Record extracts:
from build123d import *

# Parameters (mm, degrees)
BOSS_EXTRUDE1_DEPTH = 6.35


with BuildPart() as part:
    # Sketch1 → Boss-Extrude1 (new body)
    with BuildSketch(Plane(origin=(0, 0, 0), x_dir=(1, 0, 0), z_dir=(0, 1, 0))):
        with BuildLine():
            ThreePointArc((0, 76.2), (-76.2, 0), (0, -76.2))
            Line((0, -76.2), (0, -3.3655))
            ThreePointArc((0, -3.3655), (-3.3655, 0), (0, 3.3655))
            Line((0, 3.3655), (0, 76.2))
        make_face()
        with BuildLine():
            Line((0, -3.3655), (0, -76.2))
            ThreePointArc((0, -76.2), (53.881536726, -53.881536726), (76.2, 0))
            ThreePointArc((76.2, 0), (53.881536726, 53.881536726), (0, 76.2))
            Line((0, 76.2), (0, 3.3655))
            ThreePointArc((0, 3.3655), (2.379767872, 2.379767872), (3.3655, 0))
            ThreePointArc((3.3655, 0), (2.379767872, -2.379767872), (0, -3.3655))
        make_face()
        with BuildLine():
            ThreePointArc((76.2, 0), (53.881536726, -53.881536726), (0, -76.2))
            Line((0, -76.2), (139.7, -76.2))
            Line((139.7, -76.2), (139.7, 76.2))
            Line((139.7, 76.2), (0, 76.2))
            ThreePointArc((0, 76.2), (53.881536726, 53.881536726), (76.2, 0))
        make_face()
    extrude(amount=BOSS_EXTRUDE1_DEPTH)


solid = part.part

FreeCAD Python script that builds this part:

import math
import FreeCAD as App
import Part
import Sketcher
from FreeCAD import Vector
Q = App.Units.Quantity

doc = App.newDocument("Part")
body = doc.addObject("PartDesign::Body", "Body")

# Sketch on XZ plane
sketch1 = doc.addObject("Sketcher::SketchObject", "Sketch")
body.addObject(sketch1)
sketch1.AttachmentSupport = (doc.XZ_Plane, [""])
sketch1.MapMode = "FlatFace"
sketch1.addGeometry([
    Part.ArcOfCircle(Part.Circle(Vector(0, 0, 0), Vector(0, 0, 1), 76.2), math.radians(90), math.radians(270)),  # 0
    Part.LineSegment(Vector(0, 76.2, 0), Vector(139.7, 76.2, 0)),  # 1
    Part.LineSegment(Vector(139.7, 76.2, 0), Vector(139.7, -76.2, 0)),  # 2
    Part.LineSegment(Vector(139.7, -76.2, 0), Vector(0, -76.2, 0)),  # 3
    Part.ArcOfCircle(Part.Circle(Vector(0, 0, 0), Vector(0, 0, 1), 3.4), math.radians(90), math.radians(270)),  # 4
    Part.ArcOfCircle(Part.Circle(Vector(0, 0, 0), Vector(0, 0, 1), 3.4), math.radians(-90), math.radians(0)),  # 5
    Part.ArcOfCircle(Part.Circle(Vector(0, 0, 0), Vector(0, 0, 1), 3.4), math.radians(0), math.radians(90)),  # 6
], False)
sketch1.addConstraint([
    Sketcher.Constraint("Tangent", 0, 1, 1, 1),
    Sketcher.Constraint("Coincident", 1, 2, 2, 1),
    Sketcher.Constraint("Coincident", 2, 2, 3, 1),
    Sketcher.Constraint("Tangent", 3, 2, 0, 2),
    Sketcher.Constraint("Tangent", 4, 2, 5, 1),
    Sketcher.Constraint("Tangent", 5, 2, 6, 1),
    Sketcher.Constraint("Tangent", 6, 2, 4, 1),
    Sketcher.Constraint("Horizontal", 1),
    Sketcher.Constraint("Vertical", 2),
    Sketcher.Constraint("Horizontal", 3),
    Sketcher.Constraint("Coincident", 0, 3, -1, 1),
    Sketcher.Constraint("Coincident", 4, 3, -1, 1),
    Sketcher.Constraint("PointOnObject", 4, 2, -2),
    Sketcher.Constraint("PointOnObject", 5, 2, -1),
    Sketcher.Constraint("PointOnObject", 6, 2, -2),
    Sketcher.Constraint("Radius", 0, Q("3 in")),
    Sketcher.Constraint("DistanceX", 1, 1, 1, 2, Q("5.5 in")),
    Sketcher.Constraint("Radius", 4, Q("0.1325 in")),
])
pad1 = doc.addObject("PartDesign::Pad", "Pad")
body.addObject(pad1)
pad1.Profile = sketch1
pad1.Length = Q("0.25 in")
pad1.Reversed = True

doc.recompute()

Try it: Keeping each word as given, write out the material above.

The answer:
from build123d import *

# Parameters (mm, degrees)
BOSS_EXTRUDE1_DEPTH = 6.35


with BuildPart() as part:
    # Sketch1 → Boss-Extrude1 (new body)
    with BuildSketch(Plane(origin=(0, 0, 0), x_dir=(1, 0, 0), z_dir=(0, 1, 0))):
        with BuildLine():
            ThreePointArc((0, 76.2), (-76.2, 0), (0, -76.2))
            Line((0, -76.2), (0, -3.3655))
            ThreePointArc((0, -3.3655), (-3.3655, 0), (0, 3.3655))
            Line((0, 3.3655), (0, 76.2))
        make_face()
        with BuildLine():
            Line((0, -3.3655), (0, -76.2))
            ThreePointArc((0, -76.2), (53.881536726, -53.881536726), (76.2, 0))
            ThreePointArc((76.2, 0), (53.881536726, 53.881536726), (0, 76.2))
            Line((0, 76.2), (0, 3.3655))
            ThreePointArc((0, 3.3655), (2.379767872, 2.379767872), (3.3655, 0))
            ThreePointArc((3.3655, 0), (2.379767872, -2.379767872), (0, -3.3655))
        make_face()
        with BuildLine():
            ThreePointArc((76.2, 0), (53.881536726, -53.881536726), (0, -76.2))
            Line((0, -76.2), (139.7, -76.2))
            Line((139.7, -76.2), (139.7, 76.2))
            Line((139.7, 76.2), (0, 76.2))
            ThreePointArc((0, 76.2), (53.881536726, 53.881536726), (76.2, 0))
        make_face()
    extrude(amount=BOSS_EXTRUDE1_DEPTH)


solid = part.part

FreeCAD Python script that builds this part:

import math
import FreeCAD as App
import Part
import Sketcher
from FreeCAD import Vector
Q = App.Units.Quantity

doc = App.newDocument("Part")
body = doc.addObject("PartDesign::Body", "Body")

# Sketch on XZ plane
sketch1 = doc.addObject("Sketcher::SketchObject", "Sketch")
body.addObject(sketch1)
sketch1.AttachmentSupport = (doc.XZ_Plane, [""])
sketch1.MapMode = "FlatFace"
sketch1.addGeometry([
    Part.ArcOfCircle(Part.Circle(Vector(0, 0, 0), Vector(0, 0, 1), 76.2), math.radians(90), math.radians(270)),  # 0
    Part.LineSegment(Vector(0, 76.2, 0), Vector(139.7, 76.2, 0)),  # 1
    Part.LineSegment(Vector(139.7, 76.2, 0), Vector(139.7, -76.2, 0)),  # 2
    Part.LineSegment(Vector(139.7, -76.2, 0), Vector(0, -76.2, 0)),  # 3
    Part.ArcOfCircle(Part.Circle(Vector(0, 0, 0), Vector(0, 0, 1), 3.4), math.radians(90), math.radians(270)),  # 4
    Part.ArcOfCircle(Part.Circle(Vector(0, 0, 0), Vector(0, 0, 1), 3.4), math.radians(-90), math.radians(0)),  # 5
    Part.ArcOfCircle(Part.Circle(Vector(0, 0, 0), Vector(0, 0, 1), 3.4), math.radians(0), math.radians(90)),  # 6
], False)
sketch1.addConstraint([
    Sketcher.Constraint("Tangent", 0, 1, 1, 1),
    Sketcher.Constraint("Coincident", 1, 2, 2, 1),
    Sketcher.Constraint("Coincident", 2, 2, 3, 1),
    Sketcher.Constraint("Tangent", 3, 2, 0, 2),
    Sketcher.Constraint("Tangent", 4, 2, 5, 1),
    Sketcher.Constraint("Tangent", 5, 2, 6, 1),
    Sketcher.Constraint("Tangent", 6, 2, 4, 1),
    Sketcher.Constraint("Horizontal", 1),
    Sketcher.Constraint("Vertical", 2),
    Sketcher.Constraint("Horizontal", 3),
    Sketcher.Constraint("Coincident", 0, 3, -1, 1),
    Sketcher.Constraint("Coincident", 4, 3, -1, 1),
    Sketcher.Constraint("PointOnObject", 4, 2, -2),
    Sketcher.Constraint("PointOnObject", 5, 2, -1),
    Sketcher.Constraint("PointOnObject", 6, 2, -2),
    Sketcher.Constraint("Radius", 0, Q("3 in")),
    Sketcher.Constraint("DistanceX", 1, 1, 1, 2, Q("5.5 in")),
    Sketcher.Constraint("Radius", 4, Q("0.1325 in")),
])
pad1 = doc.addObject("PartDesign::Pad", "Pad")
body.addObject(pad1)
pad1.Profile = sketch1
pad1.Length = Q("0.25 in")
pad1.Reversed = True

doc.recompute()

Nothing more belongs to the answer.